The area did see a bunch of power losses the last month: the BioWIN handles them nicely and starts up when electricity comes on again.


----------



## maple1 (Feb 13, 2013)

When was startup?

(i.e. how long has it been operating)


----------



## PassionForFire&Water (Feb 13, 2013)

maple1 said:


> When was startup?
> 
> (i.e. how long has it been operating)


 
Since Dec 22-2012, That is 53 days

846 operation hours / 53 days = 16 hours/day on average


----------



## velvetfoot (Feb 13, 2013)

PassionForFire&Water said:


> Since Dec 22-2013, That is 53 days
> 
> 846 operation hours / 53 days = 16 hours/day on average


Ummm...that's in the future.  

But seriously, can the stock controls come with up with this data, and maybe more?


----------



## jebatty (Feb 13, 2013)

This thread reads as a sales commercial to me, or am I out of bounds? Reporting and data are good, but I would like to see as impartial, objective reporting as reasonably as possible. Reporting by a dealer or mfr rep just does not quite meet that standard.


----------



## velvetfoot (Feb 15, 2013)

I think it's informative.


----------



## heaterman (Feb 15, 2013)

Agreed.

The stats on pellet use and burn times are interesting and will be informative to compare to the one we installed back in the first of December. That unit is on a 100% low temperature radiant system and the only boiler protection is the pump aquastat integral to the boiler. It turns off circulation at 122-125* if I recall.

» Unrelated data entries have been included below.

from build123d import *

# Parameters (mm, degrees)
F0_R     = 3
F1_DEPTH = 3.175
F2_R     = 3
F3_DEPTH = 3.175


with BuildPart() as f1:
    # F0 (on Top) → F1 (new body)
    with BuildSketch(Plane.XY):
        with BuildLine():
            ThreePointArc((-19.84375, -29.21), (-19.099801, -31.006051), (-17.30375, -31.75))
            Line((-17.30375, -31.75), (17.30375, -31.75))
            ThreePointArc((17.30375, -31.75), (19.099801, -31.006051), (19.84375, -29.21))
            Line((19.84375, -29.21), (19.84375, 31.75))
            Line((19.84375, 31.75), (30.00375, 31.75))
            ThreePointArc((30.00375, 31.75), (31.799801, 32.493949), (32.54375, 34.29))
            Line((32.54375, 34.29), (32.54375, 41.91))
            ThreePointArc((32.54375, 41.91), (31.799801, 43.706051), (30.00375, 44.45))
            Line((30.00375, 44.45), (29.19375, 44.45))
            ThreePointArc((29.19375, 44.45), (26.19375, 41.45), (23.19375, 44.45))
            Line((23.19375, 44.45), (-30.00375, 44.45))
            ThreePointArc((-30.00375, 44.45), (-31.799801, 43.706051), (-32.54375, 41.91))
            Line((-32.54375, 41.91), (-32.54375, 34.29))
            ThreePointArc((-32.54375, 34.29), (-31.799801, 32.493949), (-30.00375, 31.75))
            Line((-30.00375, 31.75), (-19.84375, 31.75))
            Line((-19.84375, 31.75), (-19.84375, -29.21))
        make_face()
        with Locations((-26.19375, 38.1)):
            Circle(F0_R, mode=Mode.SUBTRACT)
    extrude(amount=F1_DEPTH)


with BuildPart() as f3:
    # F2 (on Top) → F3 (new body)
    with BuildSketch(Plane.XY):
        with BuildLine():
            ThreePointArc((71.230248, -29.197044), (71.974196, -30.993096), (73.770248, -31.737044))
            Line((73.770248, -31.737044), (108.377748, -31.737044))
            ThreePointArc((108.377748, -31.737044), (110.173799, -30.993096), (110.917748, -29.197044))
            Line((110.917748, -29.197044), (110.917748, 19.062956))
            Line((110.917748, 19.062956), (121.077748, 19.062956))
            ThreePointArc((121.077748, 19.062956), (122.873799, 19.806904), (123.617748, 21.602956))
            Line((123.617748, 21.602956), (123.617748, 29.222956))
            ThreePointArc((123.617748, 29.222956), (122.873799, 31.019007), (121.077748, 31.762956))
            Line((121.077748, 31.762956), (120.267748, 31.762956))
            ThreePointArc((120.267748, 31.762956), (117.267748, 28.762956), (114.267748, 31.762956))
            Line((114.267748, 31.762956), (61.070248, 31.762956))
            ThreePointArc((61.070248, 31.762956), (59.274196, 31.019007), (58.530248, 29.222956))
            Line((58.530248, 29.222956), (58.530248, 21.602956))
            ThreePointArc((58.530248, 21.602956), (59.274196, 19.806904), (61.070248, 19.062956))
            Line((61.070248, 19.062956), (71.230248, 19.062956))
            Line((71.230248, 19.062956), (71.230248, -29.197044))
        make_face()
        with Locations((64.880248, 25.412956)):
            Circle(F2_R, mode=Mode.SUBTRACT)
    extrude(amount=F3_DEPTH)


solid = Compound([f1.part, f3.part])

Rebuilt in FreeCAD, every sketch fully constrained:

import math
import FreeCAD as App
import Part
import Sketcher

V = App.Vector
Q = App.Units.Quantity

doc = App.newDocument("Part")
params = doc.addObject("Spreadsheet::Sheet", "Params")
for row, (alias, value) in enumerate([
    ("sketch1_radius", "0.1 in"),
    ("sketch1_width", "0.4 in"),
    ("sketch1_height", "2.4 in"),
    ("sketch1_height2", "0.3 in"),
    ("pad1_length", "0.125 in"),
    ("sketch2_radius", "0.0999999 in"),
    ("sketch2_width", "0.4 in"),
    ("sketch2_height", "1.9 in"),
    ("sketch2_height2", "0.3 in"),
    ("pad2_length", "0.125 in"),
], start=1):
    params.set(f"A{row}", alias)
    params.set(f"B{row}", "=" + value)
    params.setAlias(f"B{row}", alias)

body = doc.addObject("PartDesign::Body", "Body")

# Sketch on XY plane
sketch1 = doc.addObject("Sketcher::SketchObject", "Sketch")
body.addObject(sketch1)
sketch1.AttachmentSupport = (doc.XY_Plane, [""])
sketch1.MapMode = "FlatFace"
sketch1.addGeometry([
    Part.ArcOfCircle(Part.Circle(V(-17.3, -29.2, 0), V(0, 0, 1), 2.5), math.radians(-180), math.radians(-90)),  # 0
    Part.LineSegment(V(-17.3, -31.8, 0), V(17.3, -31.8, 0)),  # 1
    Part.ArcOfCircle(Part.Circle(V(17.3, -29.2, 0), V(0, 0, 1), 2.5), math.radians(-90), math.radians(0)),  # 2
    Part.LineSegment(V(19.8, -29.2, 0), V(19.8, 31.8, 0)),  # 3
    Part.LineSegment(V(19.8, 31.8, 0), V(30, 31.8, 0)),  # 4
    Part.ArcOfCircle(Part.Circle(V(30, 34.3, 0), V(0, 0, 1), 2.5), math.radians(-90), math.radians(0)),  # 5
    Part.LineSegment(V(32.5, 34.3, 0), V(32.5, 41.9, 0)),  # 6
    Part.ArcOfCircle(Part.Circle(V(30, 41.9, 0), V(0, 0, 1), 2.5), math.radians(0), math.radians(90)),  # 7
    Part.LineSegment(V(30, 44.5, 0), V(29.2, 44.5, 0)),  # 8
    Part.ArcOfCircle(Part.Circle(V(26.2, 44.5, 0), V(0, 0, 1), 3), math.radians(180), math.radians(360)),  # 9
    Part.LineSegment(V(23.2, 44.5, 0), V(-30, 44.5, 0)),  # 10
    Part.ArcOfCircle(Part.Circle(V(-30, 41.9, 0), V(0, 0, 1), 2.5), math.radians(90), math.radians(180)),  # 11
    Part.LineSegment(V(-32.5, 41.9, 0), V(-32.5, 34.3, 0)),  # 12
    Part.ArcOfCircle(Part.Circle(V(-30, 34.3, 0), V(0, 0, 1), 2.5), math.radians(-180), math.radians(-90)),  # 13
    Part.LineSegment(V(-30, 31.8, 0), V(-19.8, 31.8, 0)),  # 14
    Part.LineSegment(V(-19.8, 31.8, 0), V(-19.8, -29.2, 0)),  # 15
    Part.Circle(V(-26.2, 38.1, 0), V(0, 0, 1), 3),  # 16
], False)
sketch1.addConstraint([
    Sketcher.Constraint("Tangent", 0, 2, 1, 1),
    Sketcher.Constraint("Tangent", 1, 2, 2, 1),
    Sketcher.Constraint("Tangent", 2, 2, 3, 1),
    Sketcher.Constraint("Coincident", 3, 2, 4, 1),
    Sketcher.Constraint("Tangent", 4, 2, 5, 1),
    Sketcher.Constraint("Tangent", 5, 2, 6, 1),
    Sketcher.Constraint("Tangent", 6, 2, 7, 1),
    Sketcher.Constraint("Tangent", 7, 2, 8, 1),
    Sketcher.Constraint("Coincident", 8, 2, 9, 2),
    Sketcher.Constraint("Coincident", 9, 1, 10, 1),
    Sketcher.Constraint("Tangent", 10, 2, 11, 1),
    Sketcher.Constraint("Tangent", 11, 2, 12, 1),
    Sketcher.Constraint("Tangent", 12, 2, 13, 1),
    Sketcher.Constraint("Tangent", 13, 2, 14, 1),
    Sketcher.Constraint("Coincident", 14, 2, 15, 1),
    Sketcher.Constraint("Tangent", 15, 2, 0, 1),
    Sketcher.Constraint("Horizontal", 1),
    Sketcher.Constraint("Vertical", 3),
    Sketcher.Constraint("Horizontal", 4),
    Sketcher.Constraint("Vertical", 6),
    Sketcher.Constraint("Horizontal", 8),
    Sketcher.Constraint("Horizontal", 10),
    Sketcher.Constraint("Vertical", 12),
    Sketcher.Constraint("Horizontal", 14),
    Sketcher.Constraint("Vertical", 15),
    Sketcher.Constraint("Equal", 0, 2),
    Sketcher.Constraint("Equal", 2, 5),
    Sketcher.Constraint("Equal", 5, 7),
    Sketcher.Constraint("Equal", 7, 11),
    Sketcher.Constraint("Equal", 11, 13),
    Sketcher.Constraint("Equal", 9, 16),
    Sketcher.Constraint("Symmetric", 7, 3, 11, 3, -2),
    Sketcher.Constraint("Symmetric", 3, 2, 14, 2, -2),
    Sketcher.Constraint("Horizontal", 9, 3, 7, 2),
    Sketcher.Constraint("Radius", 0, Q("0.1 in")),
    Sketcher.Constraint("DistanceX", 4, 1, 4, 2, Q("0.4 in")),
    Sketcher.Constraint("DistanceY", 3, 1, 3, 2, Q("2.4 in")),
    Sketcher.Constraint("DistanceY", 6, 1, 6, 2, Q("0.3 in")),
    Sketcher.Constraint("DistanceY", -1, 1, 16, 3, Q("1.5 in")),
    Sketcher.Constraint("Diameter", 16, 6.0),
    Sketcher.Constraint("DistanceY", 0, 3, -1, 1, Q("1.15 in")),
    Sketcher.Constraint("DistanceX", 9, 3, 7, 3, Q("0.15 in")),
    Sketcher.Constraint("DistanceX", 11, 3, 16, 3, Q("0.15 in")),
    Sketcher.Constraint("DistanceX", 1, 1, 1, 2, Q("1.3625 in")),
])
sketch1.setExpression("Constraints[34]", "Params.sketch1_radius")
sketch1.setExpression("Constraints[35]", "Params.sketch1_width")
sketch1.setExpression("Constraints[36]", "Params.sketch1_height")
sketch1.setExpression("Constraints[37]", "Params.sketch1_height2")
pad1 = doc.addObject("PartDesign::Pad", "Pad")
body.addObject(pad1)
pad1.Profile = sketch1
pad1.setExpression("Length", "Params.pad1_length")
body2 = doc.addObject("PartDesign::Body", "Body001")

# Sketch on XY plane
sketch2 = doc.addObject("Sketcher::SketchObject", "Sketch001")
body2.addObject(sketch2)
sketch2.AttachmentSupport = (doc.getObject("XY_Plane001"), [""])
sketch2.MapMode = "FlatFace"
sketch2.addGeometry([
    Part.ArcOfCircle(Part.Circle(V(73.8, -29.2, 0), V(0, 0, 1), 2.5), math.radians(180), math.radians(270)),  # 0
    Part.LineSegment(V(73.8, -31.7, 0), V(108.4, -31.7, 0)),  # 1
    Part.ArcOfCircle(Part.Circle(V(108.4, -29.2, 0), V(0, 0, 1), 2.5), math.radians(-90), math.radians(0)),  # 2
    Part.LineSegment(V(110.9, -29.2, 0), V(110.9, 19.1, 0)),  # 3
    Part.LineSegment(V(110.9, 19.1, 0), V(121.1, 19.1, 0)),  # 4
    Part.ArcOfCircle(Part.Circle(V(121.1, 21.6, 0), V(0, 0, 1), 2.5), math.radians(-90), math.radians(0)),  # 5
    Part.LineSegment(V(123.6, 21.6, 0), V(123.6, 29.2, 0)),  # 6
    Part.ArcOfCircle(Part.Circle(V(121.1, 29.2, 0), V(0, 0, 1), 2.5), math.radians(0), math.radians(90)),  # 7
    Part.LineSegment(V(121.1, 31.8, 0), V(120.3, 31.8, 0)),  # 8
    Part.ArcOfCircle(Part.Circle(V(117.3, 31.8, 0), V(0, 0, 1), 3), math.radians(180), math.radians(360)),  # 9
    Part.LineSegment(V(114.3, 31.8, 0), V(61.1, 31.8, 0)),  # 10
    Part.ArcOfCircle(Part.Circle(V(61.1, 29.2, 0), V(0, 0, 1), 2.5), math.radians(90), math.radians(180)),  # 11
    Part.LineSegment(V(58.5, 29.2, 0), V(58.5, 21.6, 0)),  # 12
    Part.ArcOfCircle(Part.Circle(V(61.1, 21.6, 0), V(0, 0, 1), 2.5), math.radians(180), math.radians(270)),  # 13
    Part.LineSegment(V(61.1, 19.1, 0), V(71.2, 19.1, 0)),  # 14
    Part.LineSegment(V(71.2, 19.1, 0), V(71.2, -29.2, 0)),  # 15
    Part.Circle(V(64.9, 25.4, 0), V(0, 0, 1), 3),  # 16
], False)
sketch2.addConstraint([
    Sketcher.Constraint("Tangent", 0, 2, 1, 1),
    Sketcher.Constraint("Tangent", 1, 2, 2, 1),
    Sketcher.Constraint("Tangent", 2, 2, 3, 1),
    Sketcher.Constraint("Coincident", 3, 2, 4, 1),
    Sketcher.Constraint("Tangent", 4, 2, 5, 1),
    Sketcher.Constraint("Tangent", 5, 2, 6, 1),
    Sketcher.Constraint("Tangent", 6, 2, 7, 1),
    Sketcher.Constraint("Tangent", 7, 2, 8, 1),
    Sketcher.Constraint("Coincident", 8, 2, 9, 2),
    Sketcher.Constraint("Coincident", 9, 1, 10, 1),
    Sketcher.Constraint("Tangent", 10, 2, 11, 1),
    Sketcher.Constraint("Tangent", 11, 2, 12, 1),
    Sketcher.Constraint("Tangent", 12, 2, 13, 1),
    Sketcher.Constraint("Tangent", 13, 2, 14, 1),
    Sketcher.Constraint("Coincident", 14, 2, 15, 1),
    Sketcher.Constraint("Tangent", 15, 2, 0, 1),
    Sketcher.Constraint("Horizontal", 1),
    Sketcher.Constraint("Vertical", 3),
    Sketcher.Constraint("Horizontal", 4),
    Sketcher.Constraint("Vertical", 6),
    Sketcher.Constraint("Horizontal", 8),
    Sketcher.Constraint("Horizontal", 10),
    Sketcher.Constraint("Vertical", 12),
    Sketcher.Constraint("Horizontal", 14),
    Sketcher.Constraint("Vertical", 15),
    Sketcher.Constraint("Equal", 0, 2),
    Sketcher.Constraint("Equal", 2, 5),
    Sketcher.Constraint("Equal", 5, 7),
    Sketcher.Constraint("Equal", 7, 11),
    Sketcher.Constraint("Equal", 11, 13),
    Sketcher.Constraint("Equal", 9, 16),
    Sketcher.Constraint("Horizontal", 7, 3, 11, 3),
    Sketcher.Constraint("Horizontal", 5, 3, 13, 3),
    Sketcher.Constraint("Horizontal", 9, 3, 7, 2),
    Sketcher.Constraint("Equal", 4, 14),
    Sketcher.Constraint("Radius", 0, Q("0.0999999 in")),
    Sketcher.Constraint("DistanceX", 4, 1, 4, 2, Q("0.4 in")),
    Sketcher.Constraint("DistanceY", 3, 1, 3, 2, Q("1.9 in")),
    Sketcher.Constraint("DistanceY", 6, 1, 6, 2, Q("0.3 in")),
    Sketcher.Constraint("Diameter", 16, 6.0),
    Sketcher.Constraint("DistanceX", 9, 3, 7, 3, Q("0.15 in")),
    Sketcher.Constraint("DistanceX", 11, 3, 16, 3, Q("0.15 in")),
    Sketcher.Constraint("DistanceY", 16, 3, 11, 3, Q("0.15 in")),
    Sketcher.Constraint("DistanceX", 1, 1, 1, 2, Q("1.3625 in")),
    Sketcher.Constraint("DistanceX", -1, 1, 2, 3, 108.377749),
    Sketcher.Constraint("DistanceY", 0, 3, -1, 1, 29.197047),
])
sketch2.setExpression("Constraints[35]", "Params.sketch2_radius")
sketch2.setExpression("Constraints[36]", "Params.sketch2_width")
sketch2.setExpression("Constraints[37]", "Params.sketch2_height")
sketch2.setExpression("Constraints[38]", "Params.sketch2_height2")
pad2 = doc.addObject("PartDesign::Pad", "Pad001")
body2.addObject(pad2)
pad2.Profile = sketch2
pad2.setExpression("Length", "Params.pad2_length")

doc.recompute()
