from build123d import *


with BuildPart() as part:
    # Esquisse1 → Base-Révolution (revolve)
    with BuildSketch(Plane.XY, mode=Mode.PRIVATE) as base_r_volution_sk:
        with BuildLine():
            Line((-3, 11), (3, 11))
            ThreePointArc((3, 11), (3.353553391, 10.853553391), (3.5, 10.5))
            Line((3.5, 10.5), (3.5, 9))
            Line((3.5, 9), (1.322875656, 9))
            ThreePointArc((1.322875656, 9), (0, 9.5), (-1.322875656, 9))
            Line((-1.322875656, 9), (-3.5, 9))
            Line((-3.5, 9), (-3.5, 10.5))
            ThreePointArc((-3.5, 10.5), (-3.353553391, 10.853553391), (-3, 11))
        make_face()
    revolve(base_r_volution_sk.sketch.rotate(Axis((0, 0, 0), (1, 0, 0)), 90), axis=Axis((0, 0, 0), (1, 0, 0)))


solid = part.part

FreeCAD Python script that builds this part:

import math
import FreeCAD as App
import Part
import Sketcher

V = App.Vector
Q = App.Units.Quantity

doc = App.newDocument("Part")
body = doc.addObject("PartDesign::Body", "Body")

# Sketch on XY plane
sketch1 = doc.addObject("Sketcher::SketchObject", "Sketch")
body.addObject(sketch1)
sketch1.AttachmentSupport = (doc.XY_Plane, [""])
sketch1.MapMode = "FlatFace"
sketch1.addGeometry([
    Part.LineSegment(V(3, 11, 0), V(-3, 11, 0)),  # 0
    Part.ArcOfCircle(Part.Circle(V(-3, 10.5, 0), V(0, 0, 1), 0.5), math.radians(90), math.radians(180)),  # 1
    Part.LineSegment(V(-3.5, 10.5, 0), V(-3.5, 9, 0)),  # 2
    Part.LineSegment(V(-3.5, 9, 0), V(-1.322876, 9, 0)),  # 3
    Part.ArcOfCircle(Part.Circle(V(0, 7.5, 0), V(0, 0, 1), 2), math.radians(48.590378), math.radians(131.409622)),  # 4
    Part.LineSegment(V(1.322876, 9, 0), V(3.5, 9, 0)),  # 5
    Part.LineSegment(V(3.5, 9, 0), V(3.5, 10.5, 0)),  # 6
    Part.ArcOfCircle(Part.Circle(V(3, 10.5, 0), V(0, 0, 1), 0.5), math.radians(0), math.radians(90)),  # 7
], False)
sketch1.addConstraint([
    Sketcher.Constraint("Tangent", 0, 2, 1, 1),
    Sketcher.Constraint("Tangent", 1, 2, 2, 1),
    Sketcher.Constraint("Coincident", 2, 2, 3, 1),
    Sketcher.Constraint("Coincident", 3, 2, 4, 2),
    Sketcher.Constraint("Coincident", 4, 1, 5, 1),
    Sketcher.Constraint("Coincident", 5, 2, 6, 1),
    Sketcher.Constraint("Tangent", 6, 2, 7, 1),
    Sketcher.Constraint("Tangent", 7, 2, 0, 1),
    Sketcher.Constraint("Horizontal", 0),
    Sketcher.Constraint("Vertical", 2),
    Sketcher.Constraint("Horizontal", 3),
    Sketcher.Constraint("Horizontal", 5),
    Sketcher.Constraint("Vertical", 6),
    Sketcher.Constraint("Equal", 1, 7),
    Sketcher.Constraint("Symmetric", 3, 2, 4, 1, -2),
    Sketcher.Constraint("Equal", 3, 5),
    Sketcher.Constraint("Radius", 4, Q("2 mm")),
    Sketcher.Constraint("Radius", 1, Q("0.5 mm")),
    Sketcher.Constraint("DistanceX", 0, 2, 0, 1, Q("6 mm")),
    Sketcher.Constraint("DistanceY", 2, 2, 2, 1, Q("1.5 mm")),
    Sketcher.Constraint("DistanceY", -1, 1, 0, 2, Q("11 mm")),
    Sketcher.Constraint("DistanceY", 4, 3, 1, 3, Q("3 mm")),
])
revolution = doc.addObject("PartDesign::Revolution", "Revolution")
body.addObject(revolution)
revolution.Profile = sketch1
revolution.ReferenceAxis = (sketch1, ["H_Axis"])
revolution.Angle = 360

doc.recompute()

 2.69 tons =5380# so 5380 / 846 = 6.36 pounds of pellets per hour. Pellet heat content is generally acknowledged to be about 8,250 btu/pound so this boiler is averaging 52,470 btu's output / hour of run time. I think the rated output on the 260 is 88,000 btu's so it would appear that it is modulating down to about 60% output for an average over the whole period.
   This is where a pellet boiler can really shine in comparison to a wood fired boiler with no storage. It can, (at least this one) modulate to match the existing load without having to have a huge amount, if any storage capability.

In my neck of the woods you can buy premium quality pellets for $189/ton so 2.69 x $189 = $508
That 2.69 tons = 44,385,000 btu's
The equivalent in oil at our local price of $3.74/gallon figures out to $1194 so the guy is heating his place with minimal effort involved for only 40% or so of the cost of oil.

Using the equivalent in LP gas would be 486 gallons and at my local price of $1.95/gallon right now that figures out to about $950.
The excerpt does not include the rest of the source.